Below are several entries. Transcribe exactly those lines that fall from the one with "e14 v12 v13 LINE" through the one with "e19 v16 v17 LINE", end lines included.
Records for this task Block Start
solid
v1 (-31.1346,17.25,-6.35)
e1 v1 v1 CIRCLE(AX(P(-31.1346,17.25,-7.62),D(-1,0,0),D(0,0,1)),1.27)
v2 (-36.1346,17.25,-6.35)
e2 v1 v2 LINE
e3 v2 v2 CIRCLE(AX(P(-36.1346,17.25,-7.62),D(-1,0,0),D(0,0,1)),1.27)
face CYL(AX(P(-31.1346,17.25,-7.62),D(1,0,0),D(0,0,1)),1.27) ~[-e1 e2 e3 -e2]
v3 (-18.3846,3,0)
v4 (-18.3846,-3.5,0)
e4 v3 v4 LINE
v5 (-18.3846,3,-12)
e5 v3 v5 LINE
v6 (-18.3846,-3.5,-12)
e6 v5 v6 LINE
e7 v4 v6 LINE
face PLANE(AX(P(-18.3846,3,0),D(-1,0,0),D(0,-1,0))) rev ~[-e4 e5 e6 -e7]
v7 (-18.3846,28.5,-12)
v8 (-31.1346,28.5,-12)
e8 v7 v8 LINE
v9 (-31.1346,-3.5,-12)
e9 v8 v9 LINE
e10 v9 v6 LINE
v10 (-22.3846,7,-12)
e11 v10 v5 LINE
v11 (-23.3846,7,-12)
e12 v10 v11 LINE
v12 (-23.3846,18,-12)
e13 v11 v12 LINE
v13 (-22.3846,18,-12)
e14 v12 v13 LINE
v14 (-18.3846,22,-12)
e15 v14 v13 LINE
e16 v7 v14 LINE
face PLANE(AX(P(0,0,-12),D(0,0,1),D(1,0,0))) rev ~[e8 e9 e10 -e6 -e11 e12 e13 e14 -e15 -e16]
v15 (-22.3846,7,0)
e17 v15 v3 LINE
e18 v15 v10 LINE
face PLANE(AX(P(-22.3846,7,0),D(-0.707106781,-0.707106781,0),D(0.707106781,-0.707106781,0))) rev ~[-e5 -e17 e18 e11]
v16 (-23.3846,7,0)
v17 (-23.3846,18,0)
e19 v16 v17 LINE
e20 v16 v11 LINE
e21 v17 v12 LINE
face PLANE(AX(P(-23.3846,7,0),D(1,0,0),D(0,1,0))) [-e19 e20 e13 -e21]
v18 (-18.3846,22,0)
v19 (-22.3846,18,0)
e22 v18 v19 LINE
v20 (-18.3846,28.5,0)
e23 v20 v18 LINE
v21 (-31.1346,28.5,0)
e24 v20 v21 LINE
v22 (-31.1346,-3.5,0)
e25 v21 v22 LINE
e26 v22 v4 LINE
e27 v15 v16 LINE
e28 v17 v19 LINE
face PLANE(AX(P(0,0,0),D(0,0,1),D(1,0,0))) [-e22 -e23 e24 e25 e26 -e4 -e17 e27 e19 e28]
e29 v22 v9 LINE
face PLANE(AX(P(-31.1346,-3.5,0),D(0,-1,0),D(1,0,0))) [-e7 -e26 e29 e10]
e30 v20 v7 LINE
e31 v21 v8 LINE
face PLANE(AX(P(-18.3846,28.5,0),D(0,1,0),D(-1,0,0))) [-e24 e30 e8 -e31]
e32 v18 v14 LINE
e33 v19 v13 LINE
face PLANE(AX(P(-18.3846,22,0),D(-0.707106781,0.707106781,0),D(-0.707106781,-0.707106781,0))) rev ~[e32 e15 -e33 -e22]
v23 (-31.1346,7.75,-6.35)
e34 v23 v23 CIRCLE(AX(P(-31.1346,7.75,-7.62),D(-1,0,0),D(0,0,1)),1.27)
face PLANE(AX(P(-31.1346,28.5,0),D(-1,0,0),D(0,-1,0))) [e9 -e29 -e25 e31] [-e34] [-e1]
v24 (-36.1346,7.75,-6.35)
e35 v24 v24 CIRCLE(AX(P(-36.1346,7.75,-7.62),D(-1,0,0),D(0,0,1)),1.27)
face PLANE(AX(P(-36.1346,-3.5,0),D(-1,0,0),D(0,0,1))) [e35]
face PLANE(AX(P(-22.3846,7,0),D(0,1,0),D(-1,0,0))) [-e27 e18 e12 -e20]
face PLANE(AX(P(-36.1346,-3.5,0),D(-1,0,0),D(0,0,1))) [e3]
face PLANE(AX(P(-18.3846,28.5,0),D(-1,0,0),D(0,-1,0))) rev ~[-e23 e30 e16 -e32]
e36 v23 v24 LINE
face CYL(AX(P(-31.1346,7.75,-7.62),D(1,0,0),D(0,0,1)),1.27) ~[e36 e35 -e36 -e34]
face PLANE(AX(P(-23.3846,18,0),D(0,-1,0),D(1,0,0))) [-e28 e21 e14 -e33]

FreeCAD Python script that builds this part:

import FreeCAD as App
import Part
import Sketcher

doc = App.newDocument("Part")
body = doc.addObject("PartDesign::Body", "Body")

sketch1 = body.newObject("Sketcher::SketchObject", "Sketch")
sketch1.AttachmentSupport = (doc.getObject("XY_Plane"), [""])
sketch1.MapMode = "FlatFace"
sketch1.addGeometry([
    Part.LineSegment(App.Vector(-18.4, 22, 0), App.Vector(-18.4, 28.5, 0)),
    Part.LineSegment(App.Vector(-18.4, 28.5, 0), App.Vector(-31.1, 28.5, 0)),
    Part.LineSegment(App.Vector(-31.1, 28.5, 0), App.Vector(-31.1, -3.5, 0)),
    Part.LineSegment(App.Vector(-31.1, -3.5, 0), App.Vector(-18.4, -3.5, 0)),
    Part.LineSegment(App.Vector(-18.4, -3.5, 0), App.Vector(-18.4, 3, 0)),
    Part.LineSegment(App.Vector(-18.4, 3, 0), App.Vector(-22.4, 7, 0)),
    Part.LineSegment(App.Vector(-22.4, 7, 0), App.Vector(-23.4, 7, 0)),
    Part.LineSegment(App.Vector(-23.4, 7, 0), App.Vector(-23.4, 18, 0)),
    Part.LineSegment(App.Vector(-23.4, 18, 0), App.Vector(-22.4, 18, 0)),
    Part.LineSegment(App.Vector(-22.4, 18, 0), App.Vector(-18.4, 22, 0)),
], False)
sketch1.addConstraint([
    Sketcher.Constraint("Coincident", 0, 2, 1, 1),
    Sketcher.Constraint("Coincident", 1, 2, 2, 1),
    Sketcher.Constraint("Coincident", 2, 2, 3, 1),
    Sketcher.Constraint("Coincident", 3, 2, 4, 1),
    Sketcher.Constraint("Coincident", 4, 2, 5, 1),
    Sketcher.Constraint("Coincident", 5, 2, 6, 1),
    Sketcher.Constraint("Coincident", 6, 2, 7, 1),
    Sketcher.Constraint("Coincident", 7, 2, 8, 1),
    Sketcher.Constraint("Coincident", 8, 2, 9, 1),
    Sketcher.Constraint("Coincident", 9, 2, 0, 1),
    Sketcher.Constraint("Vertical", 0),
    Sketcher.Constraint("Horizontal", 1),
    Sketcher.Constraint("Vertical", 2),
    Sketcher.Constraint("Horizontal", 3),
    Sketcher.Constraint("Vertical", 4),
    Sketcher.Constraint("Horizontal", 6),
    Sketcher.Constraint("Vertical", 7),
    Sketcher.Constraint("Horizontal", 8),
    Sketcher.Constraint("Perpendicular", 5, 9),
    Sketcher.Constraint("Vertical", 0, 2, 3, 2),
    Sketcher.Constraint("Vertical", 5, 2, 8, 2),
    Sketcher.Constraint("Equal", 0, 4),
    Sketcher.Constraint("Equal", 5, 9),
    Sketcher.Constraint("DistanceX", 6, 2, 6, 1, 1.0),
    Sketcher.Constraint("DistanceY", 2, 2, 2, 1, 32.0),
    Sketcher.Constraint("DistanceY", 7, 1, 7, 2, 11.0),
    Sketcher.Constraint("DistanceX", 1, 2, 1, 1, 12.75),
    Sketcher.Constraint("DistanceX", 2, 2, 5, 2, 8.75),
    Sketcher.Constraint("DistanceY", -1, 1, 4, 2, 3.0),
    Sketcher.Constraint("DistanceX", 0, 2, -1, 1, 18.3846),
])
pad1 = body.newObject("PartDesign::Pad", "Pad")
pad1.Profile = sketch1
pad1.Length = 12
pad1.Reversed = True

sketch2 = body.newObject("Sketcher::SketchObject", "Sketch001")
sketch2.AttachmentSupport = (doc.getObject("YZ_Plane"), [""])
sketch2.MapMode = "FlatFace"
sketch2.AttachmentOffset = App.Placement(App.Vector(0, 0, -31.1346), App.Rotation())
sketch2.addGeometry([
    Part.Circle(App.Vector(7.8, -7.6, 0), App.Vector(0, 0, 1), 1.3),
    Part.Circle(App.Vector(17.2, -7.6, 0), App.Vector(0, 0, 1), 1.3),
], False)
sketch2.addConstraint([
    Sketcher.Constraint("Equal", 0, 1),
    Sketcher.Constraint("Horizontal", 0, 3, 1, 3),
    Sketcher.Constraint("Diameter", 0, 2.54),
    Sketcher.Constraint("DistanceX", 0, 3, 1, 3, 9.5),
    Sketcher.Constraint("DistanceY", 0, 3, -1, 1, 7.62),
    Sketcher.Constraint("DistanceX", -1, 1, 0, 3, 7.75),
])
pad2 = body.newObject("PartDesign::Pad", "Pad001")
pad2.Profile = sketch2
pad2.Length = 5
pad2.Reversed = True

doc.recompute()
Records for this task Block End
Answer below:
e14 v12 v13 LINE
v14 (-18.3846,22,-12)
e15 v14 v13 LINE
e16 v7 v14 LINE
face PLANE(AX(P(0,0,-12),D(0,0,1),D(1,0,0))) rev ~[e8 e9 e10 -e6 -e11 e12 e13 e14 -e15 -e16]
v15 (-22.3846,7,0)
e17 v15 v3 LINE
e18 v15 v10 LINE
face PLANE(AX(P(-22.3846,7,0),D(-0.707106781,-0.707106781,0),D(0.707106781,-0.707106781,0))) rev ~[-e5 -e17 e18 e11]
v16 (-23.3846,7,0)
v17 (-23.3846,18,0)
e19 v16 v17 LINE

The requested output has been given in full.